Working from the top of the records below, reproduce each line exactly, ending once you have written the line containing "v7 (-84,-46,10.13932)".
━━━━━ SOURCE RECORDS
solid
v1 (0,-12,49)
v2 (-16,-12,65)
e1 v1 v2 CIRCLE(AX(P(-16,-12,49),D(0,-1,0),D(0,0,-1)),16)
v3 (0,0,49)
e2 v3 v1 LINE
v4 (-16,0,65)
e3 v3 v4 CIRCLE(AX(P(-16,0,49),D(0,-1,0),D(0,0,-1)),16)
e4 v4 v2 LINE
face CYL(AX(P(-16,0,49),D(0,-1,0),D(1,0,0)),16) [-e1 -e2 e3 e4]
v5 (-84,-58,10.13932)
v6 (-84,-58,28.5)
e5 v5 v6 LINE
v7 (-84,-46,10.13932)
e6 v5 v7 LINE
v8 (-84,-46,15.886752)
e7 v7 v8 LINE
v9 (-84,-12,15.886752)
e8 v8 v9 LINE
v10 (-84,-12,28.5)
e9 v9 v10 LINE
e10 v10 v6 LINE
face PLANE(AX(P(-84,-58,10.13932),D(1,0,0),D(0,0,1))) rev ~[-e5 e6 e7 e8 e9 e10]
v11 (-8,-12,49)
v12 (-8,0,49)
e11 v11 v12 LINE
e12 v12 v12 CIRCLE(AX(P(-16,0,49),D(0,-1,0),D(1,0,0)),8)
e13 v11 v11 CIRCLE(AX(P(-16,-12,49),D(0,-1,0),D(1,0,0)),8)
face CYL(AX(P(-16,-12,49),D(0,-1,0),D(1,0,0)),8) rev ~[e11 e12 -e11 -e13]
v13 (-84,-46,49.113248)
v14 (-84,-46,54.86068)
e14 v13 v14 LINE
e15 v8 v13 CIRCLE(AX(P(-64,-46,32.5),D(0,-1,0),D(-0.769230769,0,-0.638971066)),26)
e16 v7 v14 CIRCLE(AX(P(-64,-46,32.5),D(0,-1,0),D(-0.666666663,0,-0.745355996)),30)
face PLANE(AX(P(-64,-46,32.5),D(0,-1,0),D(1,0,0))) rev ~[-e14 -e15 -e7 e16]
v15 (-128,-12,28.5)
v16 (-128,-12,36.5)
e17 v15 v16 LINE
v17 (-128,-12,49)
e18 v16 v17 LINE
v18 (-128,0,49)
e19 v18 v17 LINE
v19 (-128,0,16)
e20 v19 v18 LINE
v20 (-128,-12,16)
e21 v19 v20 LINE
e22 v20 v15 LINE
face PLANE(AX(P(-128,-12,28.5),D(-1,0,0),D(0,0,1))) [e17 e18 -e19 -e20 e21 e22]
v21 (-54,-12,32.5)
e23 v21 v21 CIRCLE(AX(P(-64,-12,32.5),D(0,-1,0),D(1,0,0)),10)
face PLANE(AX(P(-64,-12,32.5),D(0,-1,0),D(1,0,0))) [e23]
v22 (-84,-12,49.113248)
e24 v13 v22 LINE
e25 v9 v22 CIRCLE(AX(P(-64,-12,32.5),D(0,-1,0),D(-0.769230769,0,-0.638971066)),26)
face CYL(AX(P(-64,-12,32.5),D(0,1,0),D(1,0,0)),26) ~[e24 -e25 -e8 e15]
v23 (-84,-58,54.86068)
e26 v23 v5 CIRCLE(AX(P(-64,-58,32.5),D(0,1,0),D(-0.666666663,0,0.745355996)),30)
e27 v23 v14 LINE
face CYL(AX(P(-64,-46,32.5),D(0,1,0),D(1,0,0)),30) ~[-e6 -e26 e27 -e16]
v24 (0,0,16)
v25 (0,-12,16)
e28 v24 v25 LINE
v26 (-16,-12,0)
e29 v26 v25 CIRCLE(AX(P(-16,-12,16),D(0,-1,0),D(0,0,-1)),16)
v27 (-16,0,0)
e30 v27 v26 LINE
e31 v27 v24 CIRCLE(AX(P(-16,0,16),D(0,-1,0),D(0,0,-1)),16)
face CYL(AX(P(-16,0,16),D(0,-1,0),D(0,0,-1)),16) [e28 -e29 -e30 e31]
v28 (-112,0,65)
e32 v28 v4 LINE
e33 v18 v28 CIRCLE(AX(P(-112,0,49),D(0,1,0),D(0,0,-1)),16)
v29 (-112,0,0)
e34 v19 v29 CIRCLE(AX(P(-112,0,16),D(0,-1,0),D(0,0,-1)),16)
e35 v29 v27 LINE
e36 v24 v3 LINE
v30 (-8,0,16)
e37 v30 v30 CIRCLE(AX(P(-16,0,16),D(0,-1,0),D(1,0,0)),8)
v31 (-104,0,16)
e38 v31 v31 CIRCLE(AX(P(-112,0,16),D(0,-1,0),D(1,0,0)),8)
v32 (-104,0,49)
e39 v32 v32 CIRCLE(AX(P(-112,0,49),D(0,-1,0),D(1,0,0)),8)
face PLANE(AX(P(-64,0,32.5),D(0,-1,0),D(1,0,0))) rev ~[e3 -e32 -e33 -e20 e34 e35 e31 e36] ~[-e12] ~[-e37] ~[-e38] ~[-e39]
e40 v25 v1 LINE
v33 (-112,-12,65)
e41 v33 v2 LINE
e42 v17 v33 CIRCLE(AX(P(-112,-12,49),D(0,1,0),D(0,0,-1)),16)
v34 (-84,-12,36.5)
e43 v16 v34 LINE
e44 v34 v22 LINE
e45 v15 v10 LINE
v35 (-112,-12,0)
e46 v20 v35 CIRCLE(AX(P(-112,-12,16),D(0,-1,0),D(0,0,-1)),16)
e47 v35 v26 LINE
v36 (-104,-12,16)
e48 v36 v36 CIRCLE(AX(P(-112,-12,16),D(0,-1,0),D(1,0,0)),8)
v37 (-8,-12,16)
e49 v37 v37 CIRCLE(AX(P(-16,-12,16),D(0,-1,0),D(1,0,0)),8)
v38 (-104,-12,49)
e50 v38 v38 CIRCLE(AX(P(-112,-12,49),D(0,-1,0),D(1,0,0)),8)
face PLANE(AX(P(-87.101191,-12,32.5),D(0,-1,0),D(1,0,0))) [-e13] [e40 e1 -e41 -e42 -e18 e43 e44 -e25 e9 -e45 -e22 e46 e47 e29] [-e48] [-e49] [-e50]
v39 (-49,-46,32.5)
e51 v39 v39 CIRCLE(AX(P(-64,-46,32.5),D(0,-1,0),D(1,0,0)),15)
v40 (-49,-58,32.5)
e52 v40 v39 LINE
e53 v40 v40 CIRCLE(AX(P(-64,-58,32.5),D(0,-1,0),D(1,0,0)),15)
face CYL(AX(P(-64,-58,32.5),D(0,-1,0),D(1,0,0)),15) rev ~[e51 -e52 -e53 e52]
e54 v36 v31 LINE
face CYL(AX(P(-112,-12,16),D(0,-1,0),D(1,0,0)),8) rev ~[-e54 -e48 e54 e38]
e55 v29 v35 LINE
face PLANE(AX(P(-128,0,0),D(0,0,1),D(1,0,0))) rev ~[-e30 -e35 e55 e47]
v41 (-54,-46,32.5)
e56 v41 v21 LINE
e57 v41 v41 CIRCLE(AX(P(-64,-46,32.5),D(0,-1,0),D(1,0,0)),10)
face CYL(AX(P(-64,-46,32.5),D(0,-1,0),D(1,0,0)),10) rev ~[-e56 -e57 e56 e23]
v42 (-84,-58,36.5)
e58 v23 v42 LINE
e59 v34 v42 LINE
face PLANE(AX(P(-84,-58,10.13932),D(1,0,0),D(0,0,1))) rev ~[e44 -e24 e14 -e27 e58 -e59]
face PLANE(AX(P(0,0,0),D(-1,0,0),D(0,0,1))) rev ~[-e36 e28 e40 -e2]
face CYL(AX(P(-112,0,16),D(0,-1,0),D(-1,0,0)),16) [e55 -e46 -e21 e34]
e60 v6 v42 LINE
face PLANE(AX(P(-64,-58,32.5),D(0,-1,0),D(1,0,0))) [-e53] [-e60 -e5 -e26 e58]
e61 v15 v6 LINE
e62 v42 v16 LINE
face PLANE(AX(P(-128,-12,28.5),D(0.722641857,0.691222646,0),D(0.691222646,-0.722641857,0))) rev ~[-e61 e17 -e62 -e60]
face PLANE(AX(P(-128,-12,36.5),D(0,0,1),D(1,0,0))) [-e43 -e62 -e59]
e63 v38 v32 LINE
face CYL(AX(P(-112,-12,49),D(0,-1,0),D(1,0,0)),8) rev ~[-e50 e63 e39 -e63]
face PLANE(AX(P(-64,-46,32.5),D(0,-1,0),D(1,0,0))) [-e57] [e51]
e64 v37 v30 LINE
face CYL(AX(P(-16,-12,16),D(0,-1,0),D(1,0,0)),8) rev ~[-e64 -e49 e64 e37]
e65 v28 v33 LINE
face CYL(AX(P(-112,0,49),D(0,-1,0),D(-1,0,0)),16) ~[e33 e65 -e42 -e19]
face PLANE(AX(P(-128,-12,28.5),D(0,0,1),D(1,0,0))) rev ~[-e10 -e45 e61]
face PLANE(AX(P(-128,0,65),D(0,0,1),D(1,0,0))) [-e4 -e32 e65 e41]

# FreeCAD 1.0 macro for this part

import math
import FreeCAD as App
import Part
import Sketcher
Q = App.Units.Quantity


def edges_at(feature, points):
    """Names of the edges that pass closest to the given points."""
    edges = feature.Shape.Edges
    near = lambda p: min(range(len(edges)), key=lambda i: edges[i].distToShape(Part.Vertex(*p))[0])
    return sorted({f"Edge{near(p) + 1}" for p in points})


def add_polygon(sketch, points):
    """Adds a closed chain of lines whose ends are joined by coincident constraints."""
    first, n = sketch.GeometryCount, len(points)
    for a, b in zip(points, points[1:] + points[:1]):
        sketch.addGeometry(Part.LineSegment(App.Vector(*a, 0), App.Vector(*b, 0)), False)
    for i in range(n):
        sketch.addConstraint(Sketcher.Constraint("Coincident", first + i, 2, first + (i + 1) % n, 1))

doc = App.newDocument("Part")
params = doc.addObject("Spreadsheet::Sheet", "Params")
for row, (alias, value) in enumerate([
    ("sketch1_width", "128 mm"),
    ("sketch1_height", "65 mm"),
    ("pad1_length", "12 mm"),
    ("fillet_radius", "16 mm"),
    ("sketch2_diameter", "52 mm"),
    ("pad2_length", "34 mm"),
    ("sketch3_diameter", "60 mm"),
    ("pad3_length", "12 mm"),
    ("sketch4_diameter", "30 mm"),
    ("pocket1_length", "12 mm"),
    ("sketch5_diameter", "20 mm"),
    ("pocket2_length", "34 mm"),
    ("sketch6_radius", "30.000001 mm"),
    ("pocket3_length", "46 mm"),
    ("sketch7_width", "44 mm"),
    ("sketch7_height", "8 mm"),
    ("pad4_length", "46 mm"),
    ("sketch8_width", "44 mm"),
    ("sketch8_height", "46 mm"),
    ("pocket4_length", "25 mm"),
    ("sketch9_diameter", "16 mm"),
    ("pocket5_length", "25 mm"),
], start=1):
    params.set(f"A{row}", alias)
    params.set(f"B{row}", "=" + value)
    params.setAlias(f"B{row}", alias)

body = doc.addObject("PartDesign::Body", "Body")

sketch1 = body.newObject("Sketcher::SketchObject", "Sketch")
sketch1.AttachmentSupport = (doc.getObject("XZ_Plane"), [""])
sketch1.MapMode = "FlatFace"
add_polygon(sketch1, [(-128, 65), (-128, 0), (0, 0), (0, 65)])
sketch1.addConstraint([
    Sketcher.Constraint("Vertical", 0),
    Sketcher.Constraint("Horizontal", 1),
    Sketcher.Constraint("Vertical", 2),
    Sketcher.Constraint("Horizontal", 3),
    Sketcher.Constraint("Coincident", 1, 2, -1, 1),
    Sketcher.Constraint("DistanceX", 1, 1, 1, 2, Q("128 mm")),
    Sketcher.Constraint("DistanceY", 0, 2, 0, 1, Q("65 mm")),
])
sketch1.setExpression("Constraints[9]", "Params.sketch1_width")
sketch1.setExpression("Constraints[10]", "Params.sketch1_height")
pad1 = body.newObject("PartDesign::Pad", "Pad")
pad1.Profile = sketch1
pad1.setExpression("Length", "Params.pad1_length")
doc.recompute()

fillet = body.newObject("PartDesign::Fillet", "Fillet")
fillet.Base = (pad1, edges_at(pad1, [
    (-128, -6, 65),
    (-128, -6, 0),
    (0, -6, 65),
    (0, -6, 0),
]))
fillet.setExpression("Radius", "Params.fillet_radius")

sketch2 = body.newObject("Sketcher::SketchObject", "Sketch001")
sketch2.AttachmentSupport = (doc.getObject("XZ_Plane"), [""])
sketch2.MapMode = "FlatFace"
sketch2.AttachmentOffset = App.Placement(App.Vector(0, 0, 12), App.Rotation())
sketch2.addGeometry(Part.Circle(App.Vector(-64, 32.5, 0), App.Vector(0, 0, 1), 26), False)
sketch2.addConstraint([
    Sketcher.Constraint("Diameter", 0, Q("52 mm")),
    Sketcher.Constraint("DistanceX", 0, 3, -1, 1, Q("64 mm")),
    Sketcher.Constraint("DistanceY", -1, 1, 0, 3, Q("32.5 mm")),
])
sketch2.setExpression("Constraints[0]", "Params.sketch2_diameter")
pad2 = body.newObject("PartDesign::Pad", "Pad001")
pad2.Profile = sketch2
pad2.setExpression("Length", "Params.pad2_length")

sketch3 = body.newObject("Sketcher::SketchObject", "Sketch002")
sketch3.AttachmentSupport = (doc.getObject("XZ_Plane"), [""])
sketch3.MapMode = "FlatFace"
sketch3.AttachmentOffset = App.Placement(App.Vector(0, 0, 46), App.Rotation())
sketch3.addGeometry(Part.Circle(App.Vector(-64, 32.5, 0), App.Vector(0, 0, 1), 30), False)
sketch3.addConstraint([
    Sketcher.Constraint("Diameter", 0, Q("60 mm")),
    Sketcher.Constraint("DistanceX", 0, 3, -1, 1, Q("64 mm")),
    Sketcher.Constraint("DistanceY", -1, 1, 0, 3, Q("32.5 mm")),
])
sketch3.setExpression("Constraints[0]", "Params.sketch3_diameter")
pad3 = body.newObject("PartDesign::Pad", "Pad002")
pad3.Profile = sketch3
pad3.setExpression("Length", "Params.pad3_length")

sketch4 = body.newObject("Sketcher::SketchObject", "Sketch003")
sketch4.AttachmentSupport = (doc.getObject("XZ_Plane"), [""])
sketch4.MapMode = "FlatFace"
sketch4.AttachmentOffset = App.Placement(App.Vector(0, 0, 58), App.Rotation())
sketch4.addGeometry(Part.Circle(App.Vector(-64, 32.5, 0), App.Vector(0, 0, 1), 15), False)
sketch4.addConstraint([
    Sketcher.Constraint("Diameter", 0, Q("30 mm")),
    Sketcher.Constraint("DistanceX", 0, 3, -1, 1, Q("64 mm")),
    Sketcher.Constraint("DistanceY", -1, 1, 0, 3, Q("32.5 mm")),
])
sketch4.setExpression("Constraints[0]", "Params.sketch4_diameter")
pocket1 = body.newObject("PartDesign::Pocket", "Pocket")
pocket1.Profile = sketch4
pocket1.setExpression("Length", "Params.pocket1_length")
━━━━━━━━━━
## WRITTEN RESPONSE
solid
v1 (0,-12,49)
v2 (-16,-12,65)
e1 v1 v2 CIRCLE(AX(P(-16,-12,49),D(0,-1,0),D(0,0,-1)),16)
v3 (0,0,49)
e2 v3 v1 LINE
v4 (-16,0,65)
e3 v3 v4 CIRCLE(AX(P(-16,0,49),D(0,-1,0),D(0,0,-1)),16)
e4 v4 v2 LINE
face CYL(AX(P(-16,0,49),D(0,-1,0),D(1,0,0)),16) [-e1 -e2 e3 e4]
v5 (-84,-58,10.13932)
v6 (-84,-58,28.5)
e5 v5 v6 LINE
v7 (-84,-46,10.13932)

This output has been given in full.